Este jamon es de lo mejor ! (este presunto é do melhor ??)


obrigado


----------



## telum

Hola, por "Qué detalle" aquí en Brasil oigo mucho "Que delicadesa".

"Do melhor" como traducción de "de lo mejor" no me suena. A ver lo que nos cuentan los colegas.

Saludos,


----------



## aloappaola

este presunto é dos melhores
este presente é um dos melhores
este presunto é o melhor


----------



## Mangato

Este presunto é ótimo.


----------



## Carfer

PONTEDEUME said:


> Tenho dúvidos em quanto a algumas expressões espanholas referidas aos brindes ou ofertas para amostrar gratitude.
> 
> por exemplo quando ofertamos algo na Espanha dizemos
> 
> QUé detalle !! podemos dizer em Português . Qué detalhe (mais lindo) !!
> 
> ou no caso de dizer que algo é muito bom
> 
> Este jamon es de lo mejor ! (este presunto é do melhor ??)
> 
> 
> obrigado


 
Em português de Portugal pode-se usar _'do melhor'_ em contextos como esse (e, mais enfaticamente ainda, _'do bom e do melhor_'). Dizer _'é óptimo'_, como sugeriu o Mangato, também está bem.

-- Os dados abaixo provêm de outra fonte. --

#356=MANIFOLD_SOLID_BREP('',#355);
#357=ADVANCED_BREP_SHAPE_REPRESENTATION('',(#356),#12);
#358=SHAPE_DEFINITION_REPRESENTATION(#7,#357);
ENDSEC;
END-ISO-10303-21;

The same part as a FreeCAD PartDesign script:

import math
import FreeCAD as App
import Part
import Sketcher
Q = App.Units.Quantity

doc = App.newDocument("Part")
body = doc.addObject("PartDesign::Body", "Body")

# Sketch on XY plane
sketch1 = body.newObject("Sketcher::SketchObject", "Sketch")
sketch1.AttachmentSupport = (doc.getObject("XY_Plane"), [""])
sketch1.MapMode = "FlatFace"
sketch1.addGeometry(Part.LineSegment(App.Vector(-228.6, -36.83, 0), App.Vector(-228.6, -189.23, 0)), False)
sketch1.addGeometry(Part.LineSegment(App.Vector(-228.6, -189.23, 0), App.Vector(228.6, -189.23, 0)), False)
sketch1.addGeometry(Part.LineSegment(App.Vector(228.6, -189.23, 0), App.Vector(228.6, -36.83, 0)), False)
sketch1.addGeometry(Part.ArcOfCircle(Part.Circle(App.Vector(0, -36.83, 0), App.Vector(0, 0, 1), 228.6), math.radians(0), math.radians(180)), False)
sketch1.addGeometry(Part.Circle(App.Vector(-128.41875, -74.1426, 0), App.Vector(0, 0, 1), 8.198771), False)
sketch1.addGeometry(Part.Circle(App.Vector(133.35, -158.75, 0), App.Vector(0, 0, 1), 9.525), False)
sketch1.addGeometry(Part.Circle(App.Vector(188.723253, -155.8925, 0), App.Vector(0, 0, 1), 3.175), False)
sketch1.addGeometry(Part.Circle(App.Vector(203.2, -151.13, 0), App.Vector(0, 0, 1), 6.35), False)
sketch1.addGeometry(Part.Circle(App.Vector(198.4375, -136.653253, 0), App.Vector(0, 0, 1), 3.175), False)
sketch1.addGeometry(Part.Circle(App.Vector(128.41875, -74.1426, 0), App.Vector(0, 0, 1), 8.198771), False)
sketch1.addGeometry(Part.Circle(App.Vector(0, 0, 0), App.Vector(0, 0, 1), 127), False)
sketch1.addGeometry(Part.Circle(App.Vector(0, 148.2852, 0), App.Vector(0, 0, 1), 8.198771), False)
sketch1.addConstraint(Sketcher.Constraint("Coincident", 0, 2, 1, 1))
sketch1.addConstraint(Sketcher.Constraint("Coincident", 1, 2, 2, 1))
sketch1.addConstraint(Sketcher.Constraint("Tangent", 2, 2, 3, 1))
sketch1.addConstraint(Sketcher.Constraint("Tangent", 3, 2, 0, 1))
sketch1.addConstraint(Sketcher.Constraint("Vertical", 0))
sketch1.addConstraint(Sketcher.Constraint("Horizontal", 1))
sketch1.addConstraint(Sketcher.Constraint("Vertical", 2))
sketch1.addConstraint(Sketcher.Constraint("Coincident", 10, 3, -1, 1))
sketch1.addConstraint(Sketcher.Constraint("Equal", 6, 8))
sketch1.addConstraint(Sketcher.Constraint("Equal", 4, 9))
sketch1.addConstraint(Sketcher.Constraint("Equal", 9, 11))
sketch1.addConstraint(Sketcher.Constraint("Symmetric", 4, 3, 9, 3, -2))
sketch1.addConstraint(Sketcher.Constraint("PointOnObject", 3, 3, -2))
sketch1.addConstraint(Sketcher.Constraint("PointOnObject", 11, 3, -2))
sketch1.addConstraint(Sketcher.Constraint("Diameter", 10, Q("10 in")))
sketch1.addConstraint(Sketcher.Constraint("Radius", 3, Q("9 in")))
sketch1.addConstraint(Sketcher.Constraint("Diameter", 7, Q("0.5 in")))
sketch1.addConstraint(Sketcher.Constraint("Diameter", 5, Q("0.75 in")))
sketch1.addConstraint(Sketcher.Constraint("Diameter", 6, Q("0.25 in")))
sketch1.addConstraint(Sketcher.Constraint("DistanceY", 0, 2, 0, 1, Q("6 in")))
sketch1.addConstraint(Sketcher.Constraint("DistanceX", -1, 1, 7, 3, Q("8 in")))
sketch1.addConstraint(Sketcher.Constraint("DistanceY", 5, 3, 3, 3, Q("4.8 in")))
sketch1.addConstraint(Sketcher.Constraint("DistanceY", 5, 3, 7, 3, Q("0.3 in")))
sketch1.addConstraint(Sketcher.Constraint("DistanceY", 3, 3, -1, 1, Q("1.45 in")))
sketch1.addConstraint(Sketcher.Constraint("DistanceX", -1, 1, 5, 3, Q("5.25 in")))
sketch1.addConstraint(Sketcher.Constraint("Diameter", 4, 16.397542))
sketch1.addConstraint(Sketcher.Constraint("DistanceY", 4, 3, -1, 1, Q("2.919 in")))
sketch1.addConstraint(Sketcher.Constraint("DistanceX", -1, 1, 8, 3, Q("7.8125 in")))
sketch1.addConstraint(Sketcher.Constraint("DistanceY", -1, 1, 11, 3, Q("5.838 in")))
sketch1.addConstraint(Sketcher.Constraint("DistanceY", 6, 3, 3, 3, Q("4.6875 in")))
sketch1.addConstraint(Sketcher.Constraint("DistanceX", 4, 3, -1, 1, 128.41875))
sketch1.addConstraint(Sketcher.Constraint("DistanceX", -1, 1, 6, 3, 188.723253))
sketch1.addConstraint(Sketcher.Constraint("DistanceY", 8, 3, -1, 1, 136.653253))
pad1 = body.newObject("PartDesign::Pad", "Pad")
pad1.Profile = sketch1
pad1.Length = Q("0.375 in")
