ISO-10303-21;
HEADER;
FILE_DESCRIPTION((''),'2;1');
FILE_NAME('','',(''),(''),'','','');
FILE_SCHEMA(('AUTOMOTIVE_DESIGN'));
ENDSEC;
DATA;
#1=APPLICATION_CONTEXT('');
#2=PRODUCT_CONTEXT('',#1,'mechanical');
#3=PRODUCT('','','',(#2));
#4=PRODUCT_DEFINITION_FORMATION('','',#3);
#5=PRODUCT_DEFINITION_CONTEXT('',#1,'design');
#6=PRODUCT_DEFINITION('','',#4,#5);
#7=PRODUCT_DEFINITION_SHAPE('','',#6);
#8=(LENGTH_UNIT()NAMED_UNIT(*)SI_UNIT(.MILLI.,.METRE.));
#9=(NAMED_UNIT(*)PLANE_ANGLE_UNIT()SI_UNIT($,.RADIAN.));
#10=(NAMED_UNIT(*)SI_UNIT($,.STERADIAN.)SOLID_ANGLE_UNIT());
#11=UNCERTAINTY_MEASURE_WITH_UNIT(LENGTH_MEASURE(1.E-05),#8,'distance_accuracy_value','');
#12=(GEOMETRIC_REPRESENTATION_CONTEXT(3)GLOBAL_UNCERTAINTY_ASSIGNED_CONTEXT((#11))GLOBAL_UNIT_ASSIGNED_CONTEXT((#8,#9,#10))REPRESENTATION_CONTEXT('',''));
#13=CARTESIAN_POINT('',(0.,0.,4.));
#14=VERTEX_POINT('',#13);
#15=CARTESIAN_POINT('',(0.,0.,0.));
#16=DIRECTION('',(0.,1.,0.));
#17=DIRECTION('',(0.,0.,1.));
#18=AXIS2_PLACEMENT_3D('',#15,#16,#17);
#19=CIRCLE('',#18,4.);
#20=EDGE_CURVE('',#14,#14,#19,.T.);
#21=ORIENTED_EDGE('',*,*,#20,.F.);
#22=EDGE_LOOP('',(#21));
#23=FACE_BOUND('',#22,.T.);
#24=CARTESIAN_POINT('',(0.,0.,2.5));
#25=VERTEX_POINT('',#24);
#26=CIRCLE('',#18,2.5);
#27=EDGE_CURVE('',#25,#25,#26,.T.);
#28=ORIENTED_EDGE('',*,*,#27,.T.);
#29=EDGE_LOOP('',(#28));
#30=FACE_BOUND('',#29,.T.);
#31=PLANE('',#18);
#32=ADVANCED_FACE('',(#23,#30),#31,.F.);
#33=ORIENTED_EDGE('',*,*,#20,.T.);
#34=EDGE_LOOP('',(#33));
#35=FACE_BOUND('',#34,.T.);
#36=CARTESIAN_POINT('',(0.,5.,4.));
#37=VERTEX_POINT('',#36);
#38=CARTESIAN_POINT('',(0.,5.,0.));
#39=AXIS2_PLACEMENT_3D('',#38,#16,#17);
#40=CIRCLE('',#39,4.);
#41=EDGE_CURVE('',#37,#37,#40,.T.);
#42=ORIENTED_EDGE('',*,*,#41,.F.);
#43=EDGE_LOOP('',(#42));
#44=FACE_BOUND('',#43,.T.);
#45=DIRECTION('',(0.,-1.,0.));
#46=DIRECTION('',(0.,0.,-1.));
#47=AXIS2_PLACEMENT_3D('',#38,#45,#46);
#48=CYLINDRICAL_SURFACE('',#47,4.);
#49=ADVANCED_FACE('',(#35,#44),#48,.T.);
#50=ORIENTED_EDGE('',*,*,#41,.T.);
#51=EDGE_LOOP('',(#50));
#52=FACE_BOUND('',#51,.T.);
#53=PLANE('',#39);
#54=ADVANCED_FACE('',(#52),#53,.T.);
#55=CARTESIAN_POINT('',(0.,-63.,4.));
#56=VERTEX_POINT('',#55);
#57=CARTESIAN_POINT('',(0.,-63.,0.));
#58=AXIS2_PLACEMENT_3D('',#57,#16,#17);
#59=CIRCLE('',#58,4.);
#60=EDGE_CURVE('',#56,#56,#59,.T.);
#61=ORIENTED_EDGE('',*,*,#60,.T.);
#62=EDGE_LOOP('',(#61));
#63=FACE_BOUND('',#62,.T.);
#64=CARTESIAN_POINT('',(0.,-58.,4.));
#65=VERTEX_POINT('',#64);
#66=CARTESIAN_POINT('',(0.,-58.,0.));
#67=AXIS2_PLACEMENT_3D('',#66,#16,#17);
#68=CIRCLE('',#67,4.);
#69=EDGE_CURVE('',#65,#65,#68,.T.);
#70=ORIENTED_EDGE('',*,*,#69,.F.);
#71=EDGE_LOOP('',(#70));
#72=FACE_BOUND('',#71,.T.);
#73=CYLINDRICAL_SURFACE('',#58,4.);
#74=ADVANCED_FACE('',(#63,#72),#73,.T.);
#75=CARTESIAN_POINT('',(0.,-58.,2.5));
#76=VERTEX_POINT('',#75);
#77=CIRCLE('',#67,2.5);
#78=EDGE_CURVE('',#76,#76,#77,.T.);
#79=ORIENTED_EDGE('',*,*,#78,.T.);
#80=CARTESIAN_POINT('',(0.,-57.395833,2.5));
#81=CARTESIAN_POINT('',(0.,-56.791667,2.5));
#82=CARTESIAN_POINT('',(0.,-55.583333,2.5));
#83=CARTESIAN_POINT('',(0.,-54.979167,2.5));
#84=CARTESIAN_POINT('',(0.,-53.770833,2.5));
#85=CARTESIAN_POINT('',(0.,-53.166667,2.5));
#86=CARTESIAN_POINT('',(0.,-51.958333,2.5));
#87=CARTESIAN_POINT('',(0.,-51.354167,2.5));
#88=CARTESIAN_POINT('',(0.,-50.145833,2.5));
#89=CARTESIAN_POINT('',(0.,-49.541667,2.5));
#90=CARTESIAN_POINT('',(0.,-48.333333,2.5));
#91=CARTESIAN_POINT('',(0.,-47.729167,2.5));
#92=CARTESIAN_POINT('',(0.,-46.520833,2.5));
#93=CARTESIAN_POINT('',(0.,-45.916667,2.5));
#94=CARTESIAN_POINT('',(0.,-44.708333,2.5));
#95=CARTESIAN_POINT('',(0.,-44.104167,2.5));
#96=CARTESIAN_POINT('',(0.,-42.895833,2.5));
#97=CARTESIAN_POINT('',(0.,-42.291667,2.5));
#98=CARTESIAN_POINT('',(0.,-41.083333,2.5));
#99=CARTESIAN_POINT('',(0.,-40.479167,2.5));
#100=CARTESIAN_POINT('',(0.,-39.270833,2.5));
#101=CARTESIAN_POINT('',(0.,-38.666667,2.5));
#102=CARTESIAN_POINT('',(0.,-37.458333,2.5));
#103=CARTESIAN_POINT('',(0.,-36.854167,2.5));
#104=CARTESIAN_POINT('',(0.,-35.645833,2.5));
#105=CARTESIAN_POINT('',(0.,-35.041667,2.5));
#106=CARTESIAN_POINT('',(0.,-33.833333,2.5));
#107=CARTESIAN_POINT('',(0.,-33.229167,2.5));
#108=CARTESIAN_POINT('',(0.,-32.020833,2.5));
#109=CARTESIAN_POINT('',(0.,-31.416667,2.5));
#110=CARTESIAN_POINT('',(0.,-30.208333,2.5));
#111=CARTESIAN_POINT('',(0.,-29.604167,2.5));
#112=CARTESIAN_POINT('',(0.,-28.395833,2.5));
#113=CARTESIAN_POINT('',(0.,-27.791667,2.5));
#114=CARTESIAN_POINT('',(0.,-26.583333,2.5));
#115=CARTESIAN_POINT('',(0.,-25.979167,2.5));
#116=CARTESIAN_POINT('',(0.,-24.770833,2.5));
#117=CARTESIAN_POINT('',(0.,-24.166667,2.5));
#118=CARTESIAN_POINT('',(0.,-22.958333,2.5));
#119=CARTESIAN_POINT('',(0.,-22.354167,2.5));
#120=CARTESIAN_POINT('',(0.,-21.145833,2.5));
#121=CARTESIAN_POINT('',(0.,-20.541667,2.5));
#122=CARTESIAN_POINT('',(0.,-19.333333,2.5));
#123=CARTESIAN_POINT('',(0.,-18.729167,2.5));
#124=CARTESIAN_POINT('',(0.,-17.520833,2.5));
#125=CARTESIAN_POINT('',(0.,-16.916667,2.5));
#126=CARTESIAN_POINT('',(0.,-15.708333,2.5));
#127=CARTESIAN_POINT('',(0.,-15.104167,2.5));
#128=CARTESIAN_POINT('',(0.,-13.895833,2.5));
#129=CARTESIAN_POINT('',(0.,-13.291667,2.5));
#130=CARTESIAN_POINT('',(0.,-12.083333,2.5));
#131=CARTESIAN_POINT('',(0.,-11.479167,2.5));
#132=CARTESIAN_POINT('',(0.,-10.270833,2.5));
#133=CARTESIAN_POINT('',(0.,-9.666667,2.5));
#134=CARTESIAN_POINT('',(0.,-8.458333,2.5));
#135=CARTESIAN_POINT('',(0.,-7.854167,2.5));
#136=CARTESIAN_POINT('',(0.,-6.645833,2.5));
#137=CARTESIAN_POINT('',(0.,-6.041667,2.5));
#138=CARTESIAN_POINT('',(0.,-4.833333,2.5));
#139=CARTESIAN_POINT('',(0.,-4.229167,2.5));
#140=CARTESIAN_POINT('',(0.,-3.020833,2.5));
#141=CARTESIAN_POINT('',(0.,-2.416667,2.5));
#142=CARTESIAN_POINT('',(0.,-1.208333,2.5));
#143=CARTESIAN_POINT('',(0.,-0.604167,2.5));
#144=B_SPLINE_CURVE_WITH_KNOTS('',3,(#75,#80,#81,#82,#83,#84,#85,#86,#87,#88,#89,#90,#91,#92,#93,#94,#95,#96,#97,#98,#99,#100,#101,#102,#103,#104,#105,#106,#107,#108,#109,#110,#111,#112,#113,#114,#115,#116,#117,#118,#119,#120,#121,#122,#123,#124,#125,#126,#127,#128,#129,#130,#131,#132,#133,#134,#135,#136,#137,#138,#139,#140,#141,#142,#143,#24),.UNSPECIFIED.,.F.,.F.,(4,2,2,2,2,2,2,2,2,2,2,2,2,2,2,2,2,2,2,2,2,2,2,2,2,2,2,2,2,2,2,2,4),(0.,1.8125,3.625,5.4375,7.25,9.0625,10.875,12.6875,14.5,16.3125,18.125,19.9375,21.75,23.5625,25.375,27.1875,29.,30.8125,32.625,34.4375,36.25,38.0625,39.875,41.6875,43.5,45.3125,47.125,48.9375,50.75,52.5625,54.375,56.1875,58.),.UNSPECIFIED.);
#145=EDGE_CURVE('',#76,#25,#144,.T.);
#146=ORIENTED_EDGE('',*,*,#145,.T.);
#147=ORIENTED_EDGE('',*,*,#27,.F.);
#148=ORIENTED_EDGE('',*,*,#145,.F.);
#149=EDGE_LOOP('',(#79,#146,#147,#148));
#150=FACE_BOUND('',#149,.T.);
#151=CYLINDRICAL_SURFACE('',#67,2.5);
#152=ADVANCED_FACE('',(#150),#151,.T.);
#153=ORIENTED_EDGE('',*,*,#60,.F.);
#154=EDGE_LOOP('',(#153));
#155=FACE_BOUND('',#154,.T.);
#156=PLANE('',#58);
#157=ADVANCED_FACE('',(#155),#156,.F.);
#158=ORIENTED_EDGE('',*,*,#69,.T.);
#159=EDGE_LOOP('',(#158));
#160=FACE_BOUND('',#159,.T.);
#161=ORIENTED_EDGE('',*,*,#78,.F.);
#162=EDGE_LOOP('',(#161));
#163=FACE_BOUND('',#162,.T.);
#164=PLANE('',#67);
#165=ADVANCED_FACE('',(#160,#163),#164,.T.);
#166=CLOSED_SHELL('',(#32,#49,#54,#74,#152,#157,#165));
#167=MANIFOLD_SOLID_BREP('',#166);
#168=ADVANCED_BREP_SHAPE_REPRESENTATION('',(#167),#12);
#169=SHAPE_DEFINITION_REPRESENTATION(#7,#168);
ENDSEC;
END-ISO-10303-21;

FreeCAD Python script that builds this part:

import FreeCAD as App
import Part
import Sketcher

V = App.Vector
Q = App.Units.Quantity

doc = App.newDocument("Part")
body = doc.addObject("PartDesign::Body", "Body")

# Sketch on XZ plane
sketch1 = body.newObject("Sketcher::SketchObject", "Sketch")
sketch1.AttachmentSupport = (doc.getObject("XZ_Plane"), [""])
sketch1.MapMode = "FlatFace"
sketch1.addGeometry(Part.Circle(V(0, 0, 0), V(0, 0, 1), 2.5), False)
sketch1.addConstraint([
    Sketcher.Constraint("Coincident", 0, 3, -1, 1),
    Sketcher.Constraint("Diameter", 0, Q("5 mm")),
])
pad1 = body.newObject("PartDesign::Pad", "Pad")
pad1.Profile = sketch1
pad1.Length = 58

# Sketch on XZ plane
sketch2 = body.newObject("Sketcher::SketchObject", "Sketch001")
sketch2.AttachmentSupport = (doc.getObject("XZ_Plane"), [""])
sketch2.MapMode = "FlatFace"
sketch2.addGeometry(Part.Circle(V(0, 0, 0), V(0, 0, 1), 4), False)
sketch2.addConstraint([
    Sketcher.Constraint("Coincident", 0, 3, -1, 1),
    Sketcher.Constraint("Diameter", 0, Q("8 mm")),
])
pad2 = body.newObject("PartDesign::Pad", "Pad001")
pad2.Profile = sketch2
pad2.Length = 5
pad2.Reversed = True

# Sketch on XZ plane
sketch3 = body.newObject("Sketcher::SketchObject", "Sketch002")
sketch3.AttachmentSupport = (doc.getObject("XZ_Plane"), [""])
sketch3.MapMode = "FlatFace"
sketch3.AttachmentOffset = App.Placement(V(0, 0, 63), App.Rotation())
sketch3.addGeometry(Part.Circle(V(0, 0, 0), V(0, 0, 1), 4), False)
sketch3.addConstraint([
    Sketcher.Constraint("Coincident", 0, 3, -1, 1),
    Sketcher.Constraint("Diameter", 0, Q("8 mm")),
])
pad3 = body.newObject("PartDesign::Pad", "Pad002")
pad3.Profile = sketch3
pad3.Length = 5
pad3.Reversed = True

doc.recompute()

Em português, '_detalhe_' não comporta a acepção de '_cortesia_'. Nesse sentido dizemos _'gentileza'_ ou '_amabilidade' ('Que gentileza/amabilidade a sua/tua!,_ mas não acrescentamos _'mais lindo',_ quando muito dizemos _'Que gentileza tão grande a tua! 'Que grande gentileza a tua!' ou ' Que gentil/amável (foste)')_


----------



## PONTEDEUME

no entanto coloco a hipótese:

Este detalle es bueno para regalar.

Este detalhe é bom para ofertar.. 

(podemos dizer isto em português??)

não é apenas gentileza é um detalle, um brinde pequenino, algo
giro..


----------



## Carfer

PONTEDEUME said:


> no entanto coloco a hipótese:
> 
> Este detalle es bueno para regalar.
> 
> Este detalhe é bom para ofertar..
> 
> (podemos dizer isto em português??)
> 
> não é apenas gentileza é um detalle, um brinde pequenino, algo
> giro..


 
Não, '_detalhe'_ também não tem esse sentido. Ou chama o objecto pelo nome, ou diz _'brinde pequenino'_ ou então, caso não saiba o nome e informalmente, _'esta coisa/coisinha pequenina/gira etc.'_ etc E, já agora, em Portugal é mais frequente '_oferecer_' do que '_ofertar_'.


----------



## PONTEDEUME

já estou a perceber:

dizer: *Este detalhe é um acerto*  é errado

deveria ser

este brinde é um acerto !!

o que acham?

obrigados pela resposta


----------



## As2009

PONTEDEUME said:


> no entanto coloco a hipótese:
> 
> Este detalle es bueno para regalar.
> 
> Este detalhe é bom para ofertar..
> 
> (podemos dizer isto em português??)
> 
> não é apenas gentileza é um detalle, um brinde pequenino, algo
> giro..



No Brasil acredito que o correspondente a _detalle_ poderia ser "lembrança ou lembrancinha" se estivermos falando de uma situação informal.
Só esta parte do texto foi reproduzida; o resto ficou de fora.